Joseph DaGrosa n’est pas inactif hors FCGB, il recherche des « entreprises en difficulté » pour les « redresser » en y investissant

Joseph DaGrosa

S’il a investi aux Girondins de Bordeaux et dans SoccerEX, Joseph DaGrosa n’est pas inattentif au marché et reste très ouvert à d’autres investissements.

« À court terme, nous envisageons des entreprises qui, à notre avis, cesseront leurs activités au cours des 12 à 24 prochains mois. Les six derniers mois de la spirale de la mort d’une entreprise coûtent cher à court terme, alors notre travail consiste à trouver un bon endroit pour exploiter les occasions à court terme. Nous cherchons des sociétés qui, selon nous, vont être éliminées ou restructurées en profondeur de façon à ce que les capitaux propres disparaissent […] Je travaille dans le secteur du capital-investissement public et privé aux États-Unis depuis 30 ans et je suis donc très à l’aise avec les règles du jeu aux États-Unis. Ne jamais dire jamais [d’investir dans des titres publics européens ou asiatiques], mais nous voulons éviter les dérives de style et notre spécialité est de comprendre le financement des entreprises américaines. C’est notre compétence principale et c’est ce que nous aimerions exploiter ».

Et Joseph DaGrosa gardera toujours un œil sur les opérations de capital-investissement.

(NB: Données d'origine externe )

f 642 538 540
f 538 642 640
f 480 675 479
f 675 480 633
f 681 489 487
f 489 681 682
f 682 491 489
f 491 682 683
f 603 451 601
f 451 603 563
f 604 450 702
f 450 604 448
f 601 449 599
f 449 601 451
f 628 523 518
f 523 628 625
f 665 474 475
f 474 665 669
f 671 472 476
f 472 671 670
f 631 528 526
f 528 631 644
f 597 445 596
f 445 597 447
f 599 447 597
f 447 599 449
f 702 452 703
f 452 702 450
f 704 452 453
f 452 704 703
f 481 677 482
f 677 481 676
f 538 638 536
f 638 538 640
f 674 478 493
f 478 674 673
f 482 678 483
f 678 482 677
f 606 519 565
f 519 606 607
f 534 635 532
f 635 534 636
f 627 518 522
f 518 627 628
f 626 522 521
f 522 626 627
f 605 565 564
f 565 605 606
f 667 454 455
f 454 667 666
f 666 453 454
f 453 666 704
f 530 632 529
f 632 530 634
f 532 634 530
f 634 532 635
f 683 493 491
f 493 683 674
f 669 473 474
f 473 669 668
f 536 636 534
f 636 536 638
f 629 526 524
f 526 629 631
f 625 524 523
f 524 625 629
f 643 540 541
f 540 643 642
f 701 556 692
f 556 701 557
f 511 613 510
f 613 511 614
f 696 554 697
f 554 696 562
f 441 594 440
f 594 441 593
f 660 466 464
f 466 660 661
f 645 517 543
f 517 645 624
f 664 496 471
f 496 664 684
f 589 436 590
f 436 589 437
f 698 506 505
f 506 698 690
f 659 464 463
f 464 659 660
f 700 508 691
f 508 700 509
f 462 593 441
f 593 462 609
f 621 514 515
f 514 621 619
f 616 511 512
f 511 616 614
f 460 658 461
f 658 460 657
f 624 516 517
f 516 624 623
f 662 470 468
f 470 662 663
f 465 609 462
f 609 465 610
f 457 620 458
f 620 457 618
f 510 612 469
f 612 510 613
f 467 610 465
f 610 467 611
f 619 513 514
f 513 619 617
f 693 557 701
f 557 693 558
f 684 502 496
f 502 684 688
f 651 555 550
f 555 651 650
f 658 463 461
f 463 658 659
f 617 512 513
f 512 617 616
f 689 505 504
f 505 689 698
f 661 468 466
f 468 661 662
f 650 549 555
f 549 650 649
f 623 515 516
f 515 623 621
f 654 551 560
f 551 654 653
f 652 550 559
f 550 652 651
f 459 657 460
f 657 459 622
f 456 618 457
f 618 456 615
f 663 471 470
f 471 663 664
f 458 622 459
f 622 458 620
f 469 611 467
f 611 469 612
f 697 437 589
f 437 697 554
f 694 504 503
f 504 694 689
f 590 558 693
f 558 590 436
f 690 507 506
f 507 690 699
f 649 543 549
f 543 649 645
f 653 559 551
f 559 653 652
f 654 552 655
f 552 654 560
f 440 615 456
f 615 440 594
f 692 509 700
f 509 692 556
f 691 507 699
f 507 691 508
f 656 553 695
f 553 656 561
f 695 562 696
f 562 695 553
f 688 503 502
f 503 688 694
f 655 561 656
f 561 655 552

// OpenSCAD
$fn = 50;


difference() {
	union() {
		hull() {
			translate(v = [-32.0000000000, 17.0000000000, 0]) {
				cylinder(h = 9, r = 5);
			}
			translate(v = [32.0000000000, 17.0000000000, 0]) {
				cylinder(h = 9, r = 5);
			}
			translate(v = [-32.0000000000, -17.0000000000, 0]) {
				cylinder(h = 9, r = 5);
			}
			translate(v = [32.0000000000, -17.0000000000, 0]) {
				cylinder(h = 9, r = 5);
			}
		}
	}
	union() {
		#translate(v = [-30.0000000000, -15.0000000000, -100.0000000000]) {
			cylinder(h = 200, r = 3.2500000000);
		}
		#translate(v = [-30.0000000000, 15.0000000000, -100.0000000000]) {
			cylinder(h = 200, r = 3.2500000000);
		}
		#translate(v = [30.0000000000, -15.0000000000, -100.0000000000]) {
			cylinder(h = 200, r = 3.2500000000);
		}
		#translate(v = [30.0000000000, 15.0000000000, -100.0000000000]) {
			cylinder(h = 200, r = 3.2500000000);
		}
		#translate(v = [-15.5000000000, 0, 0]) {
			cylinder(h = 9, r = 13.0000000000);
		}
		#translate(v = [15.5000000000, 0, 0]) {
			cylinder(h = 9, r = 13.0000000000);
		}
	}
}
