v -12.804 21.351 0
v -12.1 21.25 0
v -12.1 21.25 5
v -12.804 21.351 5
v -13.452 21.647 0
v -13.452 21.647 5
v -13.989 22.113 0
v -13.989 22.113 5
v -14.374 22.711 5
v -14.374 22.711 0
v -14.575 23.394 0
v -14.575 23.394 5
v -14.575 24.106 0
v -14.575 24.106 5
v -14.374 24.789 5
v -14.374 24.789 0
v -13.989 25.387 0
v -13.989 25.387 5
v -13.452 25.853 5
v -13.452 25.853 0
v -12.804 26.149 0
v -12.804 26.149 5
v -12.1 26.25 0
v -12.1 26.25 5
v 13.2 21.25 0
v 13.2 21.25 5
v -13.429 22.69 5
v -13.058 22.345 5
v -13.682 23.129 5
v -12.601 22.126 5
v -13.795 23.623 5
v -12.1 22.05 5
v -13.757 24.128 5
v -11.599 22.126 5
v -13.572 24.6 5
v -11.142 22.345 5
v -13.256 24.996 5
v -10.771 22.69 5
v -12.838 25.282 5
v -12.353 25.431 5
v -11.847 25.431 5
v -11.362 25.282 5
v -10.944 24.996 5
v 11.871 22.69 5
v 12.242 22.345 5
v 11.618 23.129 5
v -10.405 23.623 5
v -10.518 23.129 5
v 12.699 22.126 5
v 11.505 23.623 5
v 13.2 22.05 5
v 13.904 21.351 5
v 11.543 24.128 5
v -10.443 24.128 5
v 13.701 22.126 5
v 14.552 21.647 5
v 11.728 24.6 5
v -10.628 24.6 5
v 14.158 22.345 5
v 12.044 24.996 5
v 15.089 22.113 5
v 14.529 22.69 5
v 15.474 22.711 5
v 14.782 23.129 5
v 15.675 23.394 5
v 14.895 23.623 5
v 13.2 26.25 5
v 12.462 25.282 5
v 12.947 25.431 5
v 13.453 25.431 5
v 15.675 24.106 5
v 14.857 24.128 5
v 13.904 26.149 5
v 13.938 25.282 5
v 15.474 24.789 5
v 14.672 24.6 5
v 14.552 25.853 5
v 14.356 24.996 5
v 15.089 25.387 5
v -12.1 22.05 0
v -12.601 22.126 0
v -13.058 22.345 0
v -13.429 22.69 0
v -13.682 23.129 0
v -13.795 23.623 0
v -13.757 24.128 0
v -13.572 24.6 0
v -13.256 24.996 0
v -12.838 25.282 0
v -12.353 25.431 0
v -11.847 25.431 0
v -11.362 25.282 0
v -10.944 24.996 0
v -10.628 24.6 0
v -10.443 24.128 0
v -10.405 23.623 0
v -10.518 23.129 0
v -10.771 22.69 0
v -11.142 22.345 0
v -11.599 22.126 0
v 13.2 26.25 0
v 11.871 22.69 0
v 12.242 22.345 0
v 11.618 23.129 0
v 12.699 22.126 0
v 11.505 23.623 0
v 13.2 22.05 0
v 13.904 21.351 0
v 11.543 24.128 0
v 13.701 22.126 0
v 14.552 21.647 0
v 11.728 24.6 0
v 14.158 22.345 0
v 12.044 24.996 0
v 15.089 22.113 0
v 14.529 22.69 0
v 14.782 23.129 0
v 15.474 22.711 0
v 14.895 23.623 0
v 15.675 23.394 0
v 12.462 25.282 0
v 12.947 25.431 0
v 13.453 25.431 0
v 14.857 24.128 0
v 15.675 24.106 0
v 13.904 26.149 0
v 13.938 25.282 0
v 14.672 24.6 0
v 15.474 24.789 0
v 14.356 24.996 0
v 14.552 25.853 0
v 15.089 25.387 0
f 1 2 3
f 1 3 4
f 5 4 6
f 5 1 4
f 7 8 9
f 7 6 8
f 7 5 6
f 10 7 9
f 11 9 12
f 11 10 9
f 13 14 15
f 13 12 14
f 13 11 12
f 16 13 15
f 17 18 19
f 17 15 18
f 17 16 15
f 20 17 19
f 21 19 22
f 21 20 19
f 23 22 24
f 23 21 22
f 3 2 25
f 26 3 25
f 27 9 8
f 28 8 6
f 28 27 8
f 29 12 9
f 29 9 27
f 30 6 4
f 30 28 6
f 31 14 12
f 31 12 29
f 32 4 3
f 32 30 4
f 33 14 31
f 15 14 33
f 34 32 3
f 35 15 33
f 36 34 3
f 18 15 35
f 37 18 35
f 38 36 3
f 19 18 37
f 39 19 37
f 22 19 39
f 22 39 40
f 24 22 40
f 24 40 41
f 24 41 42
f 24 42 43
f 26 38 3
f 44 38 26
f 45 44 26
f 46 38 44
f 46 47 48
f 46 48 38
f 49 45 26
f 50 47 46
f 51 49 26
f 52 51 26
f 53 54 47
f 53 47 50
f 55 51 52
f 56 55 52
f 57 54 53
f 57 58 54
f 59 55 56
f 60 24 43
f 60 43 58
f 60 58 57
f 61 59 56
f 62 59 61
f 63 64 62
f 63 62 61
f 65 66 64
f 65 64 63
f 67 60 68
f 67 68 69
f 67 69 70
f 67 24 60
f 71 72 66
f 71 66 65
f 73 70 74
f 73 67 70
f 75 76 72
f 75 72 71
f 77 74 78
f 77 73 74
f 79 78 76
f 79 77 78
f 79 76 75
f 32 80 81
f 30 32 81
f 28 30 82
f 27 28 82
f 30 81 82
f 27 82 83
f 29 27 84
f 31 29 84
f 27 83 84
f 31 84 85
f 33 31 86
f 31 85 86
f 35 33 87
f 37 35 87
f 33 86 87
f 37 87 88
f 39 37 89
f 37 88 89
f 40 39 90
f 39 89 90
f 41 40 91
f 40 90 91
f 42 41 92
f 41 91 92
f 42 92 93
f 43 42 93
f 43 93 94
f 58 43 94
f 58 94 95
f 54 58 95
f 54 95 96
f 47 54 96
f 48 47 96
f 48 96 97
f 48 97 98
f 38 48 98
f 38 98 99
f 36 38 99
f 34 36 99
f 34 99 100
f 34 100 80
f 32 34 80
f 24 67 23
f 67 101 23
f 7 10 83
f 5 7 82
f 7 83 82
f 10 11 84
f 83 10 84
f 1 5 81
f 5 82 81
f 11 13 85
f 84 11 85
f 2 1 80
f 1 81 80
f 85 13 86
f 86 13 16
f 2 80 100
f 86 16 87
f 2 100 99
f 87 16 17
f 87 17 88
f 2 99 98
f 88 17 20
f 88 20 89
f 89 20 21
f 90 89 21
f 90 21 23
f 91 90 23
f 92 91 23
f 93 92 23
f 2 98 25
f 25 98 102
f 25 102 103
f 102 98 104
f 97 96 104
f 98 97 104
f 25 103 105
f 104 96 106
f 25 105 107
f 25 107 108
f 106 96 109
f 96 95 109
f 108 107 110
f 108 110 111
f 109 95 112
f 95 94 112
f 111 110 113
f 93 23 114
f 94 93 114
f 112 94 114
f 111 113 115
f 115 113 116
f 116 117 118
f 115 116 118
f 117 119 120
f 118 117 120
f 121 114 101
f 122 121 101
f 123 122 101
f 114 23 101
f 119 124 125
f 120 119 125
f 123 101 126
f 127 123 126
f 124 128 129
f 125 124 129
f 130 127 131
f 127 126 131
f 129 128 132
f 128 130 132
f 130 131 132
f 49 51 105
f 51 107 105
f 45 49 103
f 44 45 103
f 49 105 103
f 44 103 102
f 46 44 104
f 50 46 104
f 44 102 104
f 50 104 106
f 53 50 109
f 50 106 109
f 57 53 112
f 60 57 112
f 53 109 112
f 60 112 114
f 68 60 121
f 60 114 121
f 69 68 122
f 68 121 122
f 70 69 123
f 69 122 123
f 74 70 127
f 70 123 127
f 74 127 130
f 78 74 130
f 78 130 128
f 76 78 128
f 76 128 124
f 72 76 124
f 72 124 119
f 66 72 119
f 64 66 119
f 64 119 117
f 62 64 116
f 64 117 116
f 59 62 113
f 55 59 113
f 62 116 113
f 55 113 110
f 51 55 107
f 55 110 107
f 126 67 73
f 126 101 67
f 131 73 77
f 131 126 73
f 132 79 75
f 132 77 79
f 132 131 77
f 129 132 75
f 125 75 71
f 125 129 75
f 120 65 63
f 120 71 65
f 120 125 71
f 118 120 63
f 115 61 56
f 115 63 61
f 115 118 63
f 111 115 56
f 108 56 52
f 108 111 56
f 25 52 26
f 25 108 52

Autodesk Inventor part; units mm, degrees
ref_plane "YZ Plane" through (0, 0, 0) normal (1, 0, 0) x (0, 1, 0)
ref_plane "XZ Plane" through (0, 0, 0) normal (0, 1, 0) x (-1, 0, 0)
ref_plane "XY Plane" through (0, 0, 0) normal (0, 0, 1) x (1, 0, 0)
ref_plane "Work Plane1" through (0, 0, 0) normal (0, 0, 1) x (1, 0, 0)
sketch "Sketch1" plane through (0, 0, 0) normal (0, 0, 1) x (1, 0, 0)
  circle A0 centre (-12.1, 23.75) radius 2.15 construction
  circle A1 centre (13.2, 23.75) radius 2.15 construction
  circle A2 centre (-12.1, 31.75) radius 2.15 construction
  circle A3 centre (13.2, 31.75) radius 2.15 construction
  line L0 (-12.1, 23.75) -> (13.2, 23.75) construction
  line L1 (-12.1, 21.25) -> (13.2, 21.25)
  line L2 (13.2, 26.25) -> (-12.1, 26.25)
  arc A4 (-12.1, 26.25) -> (-12.1, 21.25) centre (-12.1, 23.75) ccw
  arc A5 (13.2, 21.25) -> (13.2, 26.25) centre (13.2, 23.75) ccw
  point P0 (0, 0)
  point P1 (0.55, 23.75)
  dimension "d0" = 5
extrude "Extrusion1" add sketch "Sketch1" along normal blind 5
sketch "Sketch2" plane through (0, 0, 5) normal (0, 0, 1) x (1, 0, 0)
  arc A0 (13.2, 21.25) -> (13.2, 26.25) centre (13.2, 23.75) ccw construction
  line L0 (13.2, 26.25) -> (-12.1, 26.25) construction
  arc A1 (-12.1, 26.25) -> (-12.1, 21.25) centre (-12.1, 23.75) ccw construction
  line L1 (-12.1, 21.25) -> (13.2, 21.25) construction
  point P0 (0, 0)
hole "Hole1" at (13.2, 23.75, 5) at (-12.1, 23.75, 5) direction (0, 0, -1) diameter 3.4 depth 7 clearance for "Countersunk Flat Head Screw DIN EN ISO 2009" size "M3" standard "DIN"
properties part number "TinyBeltClamp"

« Nous sommes une entreprise opportuniste. Nous avons quelques affaires intéressantes que nous sommes en train d’examiner de très près. Il s’agit surtout de faillites ou de quasi-faillites ; c’est là, je pense, que le dernier bastion des opportunités est pour le capital-investissement américain – trouver des entreprises en difficulté et comprendre comment les redresser […] Nous cherchons vraiment à être à la pointe des opportunités d’achat avant tout le monde, qu’il s’agisse du fonds spéculatif, du fonds pour le sport ou des opérations de capital-investissement […] Je suis à Bordeaux une semaine par mois, mais en termes de partage d’esprit, je ne suis pas enfermé dans un vide professionnel, je suis toujours en train d’analyser des affaires. Je suis un investisseur ; ce n’est pas du ‘travail’. J’ai commencé à Wall Street à l’âge de 15 ans. J’ai commencé à investir dans les actions quand j’avais 10 ans avec mon père. C’est dans mon sang, et je ne peux pas imaginer faire autre chose ».